After working on bipartisan tax reform for the past three years, the Senate Finance Committee’s leaders have said they want to start with a blank slate.
Chairman Max Baucus and the committee’s ranking member, Sen. Orrin Hatch, sent a letter to their fellow lawmakers Thursday asking for their input by July 26 on how to reform the tax code, as they’re “now entering the home stretch.”
Baucus, D-Mont., and Hatch, R-Utah, told their colleagues “now it is your turn” to give your ideas and “partnership to get tax reform over the finish line.” Both said they want to complete reforming the tax code in this Congress.
To ensure “that we end up with a simpler, more efficient and fairer tax code, we believe it is important to start with a ‘blank slate’—that is, a tax code without all of the special provisions in the form of exclusions, deductions and credits and other preferences that some refer to as ‘tax expenditures,’” the two write. “This blank slate is not, of course, the end product, nor the end of the discussion.”
The senators went on to say that “some of the special provisions serve important objectives.” Indeed, they said, “some existing tax expenditures should be preserved in some form. But the tax code is also littered with preferences for special interests.”

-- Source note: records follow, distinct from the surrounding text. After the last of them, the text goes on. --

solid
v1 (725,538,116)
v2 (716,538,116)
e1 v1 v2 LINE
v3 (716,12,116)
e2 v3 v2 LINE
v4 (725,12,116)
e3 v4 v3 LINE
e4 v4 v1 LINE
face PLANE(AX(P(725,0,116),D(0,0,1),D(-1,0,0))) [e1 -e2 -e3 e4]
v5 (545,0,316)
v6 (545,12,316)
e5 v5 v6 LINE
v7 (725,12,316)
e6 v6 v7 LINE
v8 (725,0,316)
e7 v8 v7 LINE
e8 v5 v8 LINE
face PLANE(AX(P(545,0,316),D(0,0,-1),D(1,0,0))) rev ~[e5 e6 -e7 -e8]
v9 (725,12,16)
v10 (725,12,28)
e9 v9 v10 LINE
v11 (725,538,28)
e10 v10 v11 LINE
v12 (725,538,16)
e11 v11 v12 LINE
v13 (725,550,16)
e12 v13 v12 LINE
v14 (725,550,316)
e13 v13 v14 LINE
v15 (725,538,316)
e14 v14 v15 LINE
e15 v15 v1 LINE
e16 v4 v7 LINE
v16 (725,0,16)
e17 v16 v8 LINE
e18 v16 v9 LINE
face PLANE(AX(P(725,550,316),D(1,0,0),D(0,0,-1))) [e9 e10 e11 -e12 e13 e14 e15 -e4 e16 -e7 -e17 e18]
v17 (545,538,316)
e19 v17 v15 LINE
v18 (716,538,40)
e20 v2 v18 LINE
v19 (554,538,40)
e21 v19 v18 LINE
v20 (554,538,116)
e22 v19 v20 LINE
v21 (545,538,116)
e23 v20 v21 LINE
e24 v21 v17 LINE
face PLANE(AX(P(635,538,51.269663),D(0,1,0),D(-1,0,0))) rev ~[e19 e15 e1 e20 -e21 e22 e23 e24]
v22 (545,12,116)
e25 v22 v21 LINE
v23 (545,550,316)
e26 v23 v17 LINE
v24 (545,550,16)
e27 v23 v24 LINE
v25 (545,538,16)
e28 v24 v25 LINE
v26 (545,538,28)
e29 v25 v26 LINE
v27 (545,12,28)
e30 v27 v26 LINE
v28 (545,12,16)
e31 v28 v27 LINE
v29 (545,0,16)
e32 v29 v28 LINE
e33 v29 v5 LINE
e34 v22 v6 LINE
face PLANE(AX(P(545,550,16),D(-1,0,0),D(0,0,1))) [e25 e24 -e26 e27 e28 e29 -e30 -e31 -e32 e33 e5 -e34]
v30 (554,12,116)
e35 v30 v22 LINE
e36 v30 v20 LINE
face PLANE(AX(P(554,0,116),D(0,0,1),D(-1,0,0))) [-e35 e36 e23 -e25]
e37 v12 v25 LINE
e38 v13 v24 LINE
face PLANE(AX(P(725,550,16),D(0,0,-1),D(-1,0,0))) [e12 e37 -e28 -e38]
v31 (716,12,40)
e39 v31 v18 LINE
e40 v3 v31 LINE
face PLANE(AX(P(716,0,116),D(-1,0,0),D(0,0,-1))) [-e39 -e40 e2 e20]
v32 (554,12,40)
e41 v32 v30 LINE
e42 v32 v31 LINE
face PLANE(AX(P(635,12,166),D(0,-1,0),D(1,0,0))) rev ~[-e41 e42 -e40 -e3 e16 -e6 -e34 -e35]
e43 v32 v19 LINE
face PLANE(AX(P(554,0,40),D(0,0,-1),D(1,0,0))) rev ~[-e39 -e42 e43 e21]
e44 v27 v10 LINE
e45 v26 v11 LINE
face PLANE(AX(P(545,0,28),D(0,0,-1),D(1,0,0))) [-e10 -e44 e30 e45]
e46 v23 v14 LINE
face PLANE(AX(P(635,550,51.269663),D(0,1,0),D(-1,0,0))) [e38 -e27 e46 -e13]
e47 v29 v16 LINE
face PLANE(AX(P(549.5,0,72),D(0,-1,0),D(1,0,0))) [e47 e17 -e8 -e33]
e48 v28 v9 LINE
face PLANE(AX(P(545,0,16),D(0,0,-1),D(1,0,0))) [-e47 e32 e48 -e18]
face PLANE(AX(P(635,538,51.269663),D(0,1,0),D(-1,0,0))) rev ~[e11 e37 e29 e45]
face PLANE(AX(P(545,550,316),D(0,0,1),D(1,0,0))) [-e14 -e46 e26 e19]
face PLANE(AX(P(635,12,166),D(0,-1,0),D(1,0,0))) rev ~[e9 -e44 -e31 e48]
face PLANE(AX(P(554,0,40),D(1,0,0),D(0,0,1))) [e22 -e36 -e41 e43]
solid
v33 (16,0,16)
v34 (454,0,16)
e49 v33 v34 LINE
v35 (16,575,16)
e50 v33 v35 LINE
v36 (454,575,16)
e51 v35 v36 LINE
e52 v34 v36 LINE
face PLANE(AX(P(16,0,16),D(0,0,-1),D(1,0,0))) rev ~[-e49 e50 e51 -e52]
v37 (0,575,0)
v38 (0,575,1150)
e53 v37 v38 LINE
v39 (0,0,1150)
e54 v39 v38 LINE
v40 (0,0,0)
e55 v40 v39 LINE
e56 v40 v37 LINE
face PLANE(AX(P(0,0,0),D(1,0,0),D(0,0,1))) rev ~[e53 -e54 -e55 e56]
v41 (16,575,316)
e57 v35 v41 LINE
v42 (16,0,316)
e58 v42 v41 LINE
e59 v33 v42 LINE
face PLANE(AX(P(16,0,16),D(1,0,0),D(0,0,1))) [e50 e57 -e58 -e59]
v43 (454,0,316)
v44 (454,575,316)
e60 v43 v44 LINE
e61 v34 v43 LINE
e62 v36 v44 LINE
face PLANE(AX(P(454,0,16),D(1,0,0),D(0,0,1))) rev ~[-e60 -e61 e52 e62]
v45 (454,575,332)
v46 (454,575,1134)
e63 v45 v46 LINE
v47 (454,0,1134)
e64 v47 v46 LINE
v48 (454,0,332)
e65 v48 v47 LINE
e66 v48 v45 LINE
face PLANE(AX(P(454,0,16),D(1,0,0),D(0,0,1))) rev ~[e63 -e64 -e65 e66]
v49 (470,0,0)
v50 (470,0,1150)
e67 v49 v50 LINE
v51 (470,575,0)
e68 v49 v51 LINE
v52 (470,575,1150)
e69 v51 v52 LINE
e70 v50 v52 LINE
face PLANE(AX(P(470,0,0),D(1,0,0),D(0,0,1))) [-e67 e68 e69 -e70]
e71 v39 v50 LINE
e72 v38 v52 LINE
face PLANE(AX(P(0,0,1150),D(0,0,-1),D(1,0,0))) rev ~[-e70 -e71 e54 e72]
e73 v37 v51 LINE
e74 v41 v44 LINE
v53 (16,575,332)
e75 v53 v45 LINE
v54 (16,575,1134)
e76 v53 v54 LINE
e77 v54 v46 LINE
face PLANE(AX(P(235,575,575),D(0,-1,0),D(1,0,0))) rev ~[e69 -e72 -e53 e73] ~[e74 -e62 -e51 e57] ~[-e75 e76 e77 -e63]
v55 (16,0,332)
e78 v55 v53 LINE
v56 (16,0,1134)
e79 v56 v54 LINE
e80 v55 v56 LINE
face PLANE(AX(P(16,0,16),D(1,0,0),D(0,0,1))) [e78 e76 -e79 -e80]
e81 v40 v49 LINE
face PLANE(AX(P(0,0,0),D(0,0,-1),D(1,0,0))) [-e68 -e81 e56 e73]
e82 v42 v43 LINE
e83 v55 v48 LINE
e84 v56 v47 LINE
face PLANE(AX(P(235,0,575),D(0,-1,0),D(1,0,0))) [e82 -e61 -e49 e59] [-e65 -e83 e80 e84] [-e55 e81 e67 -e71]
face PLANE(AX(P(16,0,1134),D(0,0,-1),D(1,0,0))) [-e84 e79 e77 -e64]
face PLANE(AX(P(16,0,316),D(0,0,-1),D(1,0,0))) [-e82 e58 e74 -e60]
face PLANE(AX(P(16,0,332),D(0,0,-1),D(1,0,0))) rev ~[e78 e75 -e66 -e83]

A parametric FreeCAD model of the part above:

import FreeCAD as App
import Part
import Sketcher

V = App.Vector

doc = App.newDocument("Part")
body = doc.addObject("PartDesign::Body", "Body")

# Sketch on XZ plane
sketch1 = body.newObject("Sketcher::SketchObject", "Sketch")
sketch1.AttachmentSupport = (doc.getObject("XZ_Plane"), [""])
sketch1.MapMode = "FlatFace"
sketch1.addGeometry([
    Part.LineSegment(V(0, 1150, 0), V(0, 0, 0)),
    Part.LineSegment(V(0, 0, 0), V(470, 0, 0)),
    Part.LineSegment(V(470, 0, 0), V(470, 1150, 0)),
    Part.LineSegment(V(470, 1150, 0), V(0, 1150, 0)),
], False)
sketch1.addConstraint([
    Sketcher.Constraint("Coincident", 0, 2, 1, 1),
    Sketcher.Constraint("Coincident", 1, 2, 2, 1),
    Sketcher.Constraint("Coincident", 2, 2, 3, 1),
    Sketcher.Constraint("Coincident", 3, 2, 0, 1),
    Sketcher.Constraint("Vertical", 0),
    Sketcher.Constraint("Horizontal", 1),
    Sketcher.Constraint("Vertical", 2),
    Sketcher.Constraint("Horizontal", 3),
    Sketcher.Constraint("Coincident", 0, 2, -1, 1),
    Sketcher.Constraint("DistanceX", 1, 1, 1, 2, 470.0),
    Sketcher.Constraint("DistanceY", 0, 2, 0, 1, 1150.0),
])
pad1 = body.newObject("PartDesign::Pad", "Pad")
pad1.Profile = sketch1
pad1.Length = 575
pad1.Reversed = True

# Sketch on XZ plane
sketch2 = body.newObject("Sketcher::SketchObject", "Sketch001")
sketch2.AttachmentSupport = (doc.getObject("XZ_Plane"), [""])
sketch2.MapMode = "FlatFace"
sketch2.addGeometry([
    Part.LineSegment(V(16, 1134, 0), V(16, 16, 0)),
    Part.LineSegment(V(16, 16, 0), V(454, 16, 0)),
    Part.LineSegment(V(454, 16, 0), V(454, 1134, 0)),
    Part.LineSegment(V(454, 1134, 0), V(16, 1134, 0)),
], False)
sketch2.addConstraint([
    Sketcher.Constraint("Coincident", 0, 2, 1, 1),
    Sketcher.Constraint("Coincident", 1, 2, 2, 1),
    Sketcher.Constraint("Coincident", 2, 2, 3, 1),
    Sketcher.Constraint("Coincident", 3, 2, 0, 1),
    Sketcher.Constraint("Vertical", 0),
    Sketcher.Constraint("Horizontal", 1),
    Sketcher.Constraint("Vertical", 2),
    Sketcher.Constraint("Horizontal", 3),
    Sketcher.Constraint("DistanceX", 1, 1, 1, 2, 438.0),
    Sketcher.Constraint("DistanceY", 0, 2, 0, 1, 1118.0),
    Sketcher.Constraint("DistanceX", -1, 1, 0, 2, 16.0),
    Sketcher.Constraint("DistanceY", -1, 1, 0, 2, 16.0),
])
pocket1 = body.newObject("PartDesign::Pocket", "Pocket")
pocket1.Profile = sketch2
pocket1.Length = 575

# Sketch on XZ plane
sketch3 = body.newObject("Sketcher::SketchObject", "Sketch002")
sketch3.AttachmentSupport = (doc.getObject("XZ_Plane"), [""])
sketch3.MapMode = "FlatFace"
sketch3.addGeometry([
    Part.LineSegment(V(16, 332, 0), V(16, 316, 0)),
    Part.LineSegment(V(16, 316, 0), V(454, 316, 0)),
    Part.LineSegment(V(454, 316, 0), V(454, 332, 0)),
    Part.LineSegment(V(454, 332, 0), V(16, 332, 0)),
], False)
sketch3.addConstraint([
    Sketcher.Constraint("Coincident", 0, 2, 1, 1),
    Sketcher.Constraint("Coincident", 1, 2, 2, 1),
    Sketcher.Constraint("Coincident", 2, 2, 3, 1),
    Sketcher.Constraint("Coincident", 3, 2, 0, 1),
    Sketcher.Constraint("Vertical", 0),
    Sketcher.Constraint("Horizontal", 1),
    Sketcher.Constraint("Vertical", 2),
    Sketcher.Constraint("Horizontal", 3),
    Sketcher.Constraint("DistanceX", 1, 1, 1, 2, 438.0),
    Sketcher.Constraint("DistanceY", 0, 2, 0, 1, 16.0),
    Sketcher.Constraint("DistanceX", -1, 1, 0, 2, 16.0),
    Sketcher.Constraint("DistanceY", -1, 1, 0, 2, 316.0),
])
pad2 = body.newObject("PartDesign::Pad", "Pad001")
pad2.Profile = sketch3
pad2.Length = 575
pad2.Reversed = True
body2 = doc.addObject("PartDesign::Body", "Body001")

# Sketch on XZ plane
sketch4 = body2.newObject("Sketcher::SketchObject", "Sketch003")
sketch4.AttachmentSupport = (doc.getObject("XZ_Plane001"), [""])
sketch4.MapMode = "FlatFace"
sketch4.addGeometry([
    Part.LineSegment(V(545, 316, 0), V(545, 16, 0)),
    Part.LineSegment(V(545, 16, 0), V(725, 16, 0)),
    Part.LineSegment(V(725, 16, 0), V(725, 316, 0)),
    Part.LineSegment(V(725, 316, 0), V(545, 316, 0)),
], False)
sketch4.addConstraint([
    Sketcher.Constraint("Coincident", 0, 2, 1, 1),
    Sketcher.Constraint("Coincident", 1, 2, 2, 1),
    Sketcher.Constraint("Coincident", 2, 2, 3, 1),
    Sketcher.Constraint("Coincident", 3, 2, 0, 1),
    Sketcher.Constraint("Vertical", 0),
    Sketcher.Constraint("Horizontal", 1),
    Sketcher.Constraint("Vertical", 2),
    Sketcher.Constraint("Horizontal", 3),
    Sketcher.Constraint("DistanceX", 1, 1, 1, 2, 180.0),
    Sketcher.Constraint("DistanceY", 0, 2, 0, 1, 300.0),
    Sketcher.Constraint("DistanceX", -1, 1, 0, 2, 545.0),
    Sketcher.Constraint("DistanceY", -1, 1, 0, 2, 16.0),
])
pad3 = body2.newObject("PartDesign::Pad", "Pad002")
pad3.Profile = sketch4
pad3.Length = 12
pad3.Reversed = True

# Sketch on XZ plane
sketch5 = body2.newObject("Sketcher::SketchObject", "Sketch004")
sketch5.AttachmentSupport = (doc.getObject("XZ_Plane001"), [""])
sketch5.MapMode = "FlatFace"
sketch5.addGeometry([
    Part.LineSegment(V(554, 116, 0), V(545, 116, 0)),  # 0
    Part.LineSegment(V(545, 116, 0), V(545, 28, 0)),  # 1
    Part.LineSegment(V(545, 28, 0), V(725, 28, 0)),  # 2
    Part.LineSegment(V(725, 28, 0), V(725, 116, 0)),  # 3
    Part.LineSegment(V(725, 116, 0), V(716, 116, 0)),  # 4
    Part.LineSegment(V(716, 116, 0), V(716, 40, 0)),  # 5
    Part.LineSegment(V(716, 40, 0), V(554, 40, 0)),  # 6
    Part.LineSegment(V(554, 40, 0), V(554, 116, 0)),  # 7
], False)
sketch5.addConstraint([
    Sketcher.Constraint("Coincident", 0, 2, 1, 1),
    Sketcher.Constraint("Coincident", 1, 2, 2, 1),
    Sketcher.Constraint("Coincident", 2, 2, 3, 1),
    Sketcher.Constraint("Coincident", 3, 2, 4, 1),
    Sketcher.Constraint("Coincident", 4, 2, 5, 1),
    Sketcher.Constraint("Coincident", 5, 2, 6, 1),
    Sketcher.Constraint("Coincident", 6, 2, 7, 1),
    Sketcher.Constraint("Coincident", 7, 2, 0, 1),
    Sketcher.Constraint("Horizontal", 0),
    Sketcher.Constraint("Vertical", 1),
    Sketcher.Constraint("Horizontal", 2),
    Sketcher.Constraint("Vertical", 3),
    Sketcher.Constraint("Horizontal", 4),
    Sketcher.Constraint("Vertical", 5),
    Sketcher.Constraint("Horizontal", 6),
    Sketcher.Constraint("Vertical", 7),
    Sketcher.Constraint("Horizontal", 0, 2, 3, 2),
    Sketcher.Constraint("Equal", 0, 4),
    Sketcher.Constraint("DistanceX", 0, 2, 0, 1, 9.0),
    Sketcher.Constraint("DistanceX", 2, 1, 2, 2, 180.0),
    Sketcher.Constraint("DistanceY", 1, 2, 1, 1, 88.0),
    Sketcher.Constraint("DistanceY", 5, 2, 5, 1, 76.0),
    Sketcher.Constraint("DistanceX", -1, 1, 0, 2, 545.0),
    Sketcher.Constraint("DistanceY", -1, 1, 0, 2, 116.0),
])
pad4 = body2.newObject("PartDesign::Pad", "Pad003")
pad4.Profile = sketch5
pad4.Length = 550
pad4.Reversed = True

# Sketch on XZ plane
sketch6 = body2.newObject("Sketcher::SketchObject", "Sketch005")
sketch6.AttachmentSupport = (doc.getObject("XZ_Plane001"), [""])
sketch6.MapMode = "FlatFace"
sketch6.AttachmentOffset = App.Placement(V(0, 0, -550), App.Rotation())
sketch6.addGeometry([
    Part.LineSegment(V(725, 16, 0), V(545, 16, 0)),
    Part.LineSegment(V(545, 16, 0), V(545, 316, 0)),
    Part.LineSegment(V(545, 316, 0), V(725, 316, 0)),
    Part.LineSegment(V(725, 316, 0), V(725, 16, 0)),
], False)
sketch6.addConstraint([
    Sketcher.Constraint("Coincident", 0, 2, 1, 1),
    Sketcher.Constraint("Coincident", 1, 2, 2, 1),
    Sketcher.Constraint("Coincident", 2, 2, 3, 1),
    Sketcher.Constraint("Coincident", 3, 2, 0, 1),
    Sketcher.Constraint("Horizontal", 0),
    Sketcher.Constraint("Vertical", 1),
    Sketcher.Constraint("Horizontal", 2),
    Sketcher.Constraint("Vertical", 3),
    Sketcher.Constraint("DistanceX", 0, 2, 0, 1, 180.0),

To clear out all the unproductive provisions and simplify in tax reform, Baucus and Hatch said they “plan to operate from an assumption that all special provisions are out unless there is clear evidence that they: help grow the economy, make the tax code fairer, or effectively promote other important policy objectives.”
Hatch and Baucus asked that lawmakers submit legislative language or detailed proposals for what tax expenditures meet the above mentioned tests and should be included in a reformed tax code, “as well as other provisions that should be added, repealed or reformed as part of tax reform” by July 26. “We will give special attention to proposals that are bipartisan,” they said.
The two senators explained in their letter that the “blank slate approach would allow significant deficit reduction or rate reduction, while maintaining the current level of progressivity.” The amount of rate reduction “would of course depend on how much revenue was reserved for deficit reduction, if any, and from which income groups,” they said.